A student loan watchdog may be coming off the beat.
The Consumer Financial Protection Bureau—the government agency set up in 2011 to protect consumers—is moving the office of Students & Young Consumers and folding it into the CFPB’s Office of Financial Education, according to a memo sent to CFPB staff Wednesday by acting director Mick Mulvaney. In the memo, Mulvaney said the changes were part of his efforts “to make the bureau more efficient, effective and accountable.”
But consumer advocates say the move essentially waters down the power of an office that has historically monitored the student loan industry for bad actors and practices, just as outstanding student debt hit $1.5 trillion and continues to climb. The reorganization also appears to be the latest front in a battle between state lawmakers, consumer advocates and federal officials over how best to monitor the student loan industry.

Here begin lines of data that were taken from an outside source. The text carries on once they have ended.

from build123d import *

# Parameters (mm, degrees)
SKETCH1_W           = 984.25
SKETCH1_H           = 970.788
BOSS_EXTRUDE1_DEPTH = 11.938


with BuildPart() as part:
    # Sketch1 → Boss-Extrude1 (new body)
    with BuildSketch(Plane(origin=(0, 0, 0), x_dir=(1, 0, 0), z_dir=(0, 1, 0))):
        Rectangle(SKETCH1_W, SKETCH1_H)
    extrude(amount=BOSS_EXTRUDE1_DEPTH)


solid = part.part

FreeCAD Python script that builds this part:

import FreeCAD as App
import Part
import Sketcher
Q = App.Units.Quantity

doc = App.newDocument("Part")
params = doc.addObject("Spreadsheet::Sheet", "Params")
for row, (alias, value) in enumerate([
    ("sketch1_width", "38.75 in"),
    ("sketch1_height", "38.22 in"),
    ("pad1_length", "0.47 in"),
], start=1):
    params.set(f"A{row}", alias)
    params.set(f"B{row}", "=" + value)
    params.setAlias(f"B{row}", alias)

body = doc.addObject("PartDesign::Body", "Body")

sketch1 = doc.addObject("Sketcher::SketchObject", "Sketch")
body.addObject(sketch1)
sketch1.AttachmentSupport = (doc.XZ_Plane, [""])
sketch1.MapMode = "FlatFace"
sketch1.addGeometry([
    Part.LineSegment(App.Vector(-492, -485, 0), App.Vector(-492, 485, 0)),
    Part.LineSegment(App.Vector(-492, 485, 0), App.Vector(492, 485, 0)),
    Part.LineSegment(App.Vector(492, 485, 0), App.Vector(492, -485, 0)),
    Part.LineSegment(App.Vector(492, -485, 0), App.Vector(-492, -485, 0)),
], False)
sketch1.addConstraint([
    Sketcher.Constraint("Coincident", 0, 2, 1, 1),
    Sketcher.Constraint("Coincident", 1, 2, 2, 1),
    Sketcher.Constraint("Coincident", 2, 2, 3, 1),
    Sketcher.Constraint("Coincident", 3, 2, 0, 1),
    Sketcher.Constraint("Vertical", 0),
    Sketcher.Constraint("Horizontal", 1),
    Sketcher.Constraint("Vertical", 2),
    Sketcher.Constraint("Horizontal", 3),
    Sketcher.Constraint("Symmetric", 0, 2, 2, 2, -1, 1),
    Sketcher.Constraint("DistanceX", 1, 1, 1, 2, Q("38.75 in")),
    Sketcher.Constraint("DistanceY", 0, 1, 0, 2, Q("38.22 in")),
])
sketch1.setExpression("Constraints[9]", "Params.sketch1_width")
sketch1.setExpression("Constraints[10]", "Params.sketch1_height")
pad1 = doc.addObject("PartDesign::Pad", "Pad")
body.addObject(pad1)
pad1.Profile = sketch1
pad1.setExpression("Length", "Params.pad1_length")
pad1.Reversed = True

doc.recompute()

“At a time when the number of and the size of student loans are spiraling out of control, it’s simply appalling to me that the administration is deciding to close the one office in the United States government that is exclusively focused on promoting fairness in student lending,” said Christopher Peterson, a senior fellow at the Consumer Federation of America, a coalition of consumer groups.
The announcement comes as the future of the CFPB remains unclear. Mulvaney, the bureau’s current leader, who was installed in the role by President Donald Trump, has said he’d like to consider reducing regulations on the industries the agency oversees. Since Mulvaney took over, the agency has said it would revisit a rule aimed at preventing payday lenders from preying on customers. Mulvaney has also hinted at getting rid of the bureau’s consumer complaint database.
Though the CFPB is not technically shuttering the student loan office, the decision to move it indicates that the bureau will likely take a less assertive approach to student loan companies, said Peterson, a former senior counsel for enforcement policy and strategy at the CFPB. (The CFPB declined to comment beyond the contents of the memo.)
Previously, the unit interacted with state law enforcement officials on student loan issues, Peterson said. The agency also collected complaints, pushed companies to respond to them and held firms accountable for inappropriate practices. Now it will likely focus more on simply providing information to borrowers, he said.
Under the leadership of the bureau’s founding director, Richard Cordray, the CFPB took arguably the most aggressive approach of any federal agency to monitoring the student loan industry. That record has advocates like Persis Yu, the director of the Student Loan Borrower Assistance Project at the National Consumer Law Center, concerned that the student loan office’s new role could lead to “open season on borrowers” by bad actors.
The bureau has used its consumer complaint data to highlight the challenges student loan borrowers faced when dealing with private student-loan lenders and the companies hired by the Department of Education to service federal student loans.
Consumer advocates say the student-loan industry needs oversight
The agency has also generated $750 million in relief to student loan borrowers over its tenure, according to the CFPB’s own data. The CFPB also filed a lawsuit against student loan giant Navient last year. (Navient has disputed the allegations, calling them false).
Advocates worry that the reorganization will put the future of that work in jeopardy. Though financial education certainly has a role to play in curbing the student loan challenges of the nation’s 44 million borrowers, it alone can’t fix many of the nation’s student loan problems, Yu said.
“If things aren’t going the way that they’re supposed to go, there’s no amount of education that can solve for that,” she said. “You can know all the regulations by heart and that doesn’t help you if the servicer doesn’t process your application right.”
For years, borrower advocates have complained that student loan companies don’t do enough to work in borrowers’ best interest, in many cases, even in spite of their relationship with the Department of Education. Over the past few years, states have moved to regulate student loan companies to fill this void, something the CFPB has historically supported. But Betsy DeVos’s Department of Education has fought these rules, telling states they don’t have the right to regulate these firms.
The CFPB reorganization means that this work by states to protect student loan borrowers will likely become even more important, said Whitney Barkley-Denney, senior policy counsel at the Center for Responsible Lending.
“There is already a hunger for states to step up to protect borrowers,” Barkley-Denney said, citing results from a recent poll her organization conducted in Maryland. It found that just 12% of student loan borrowers trust the federal government to watch out for them. If there’s one “silver lining” to the change it will be the states “step up and do this work.”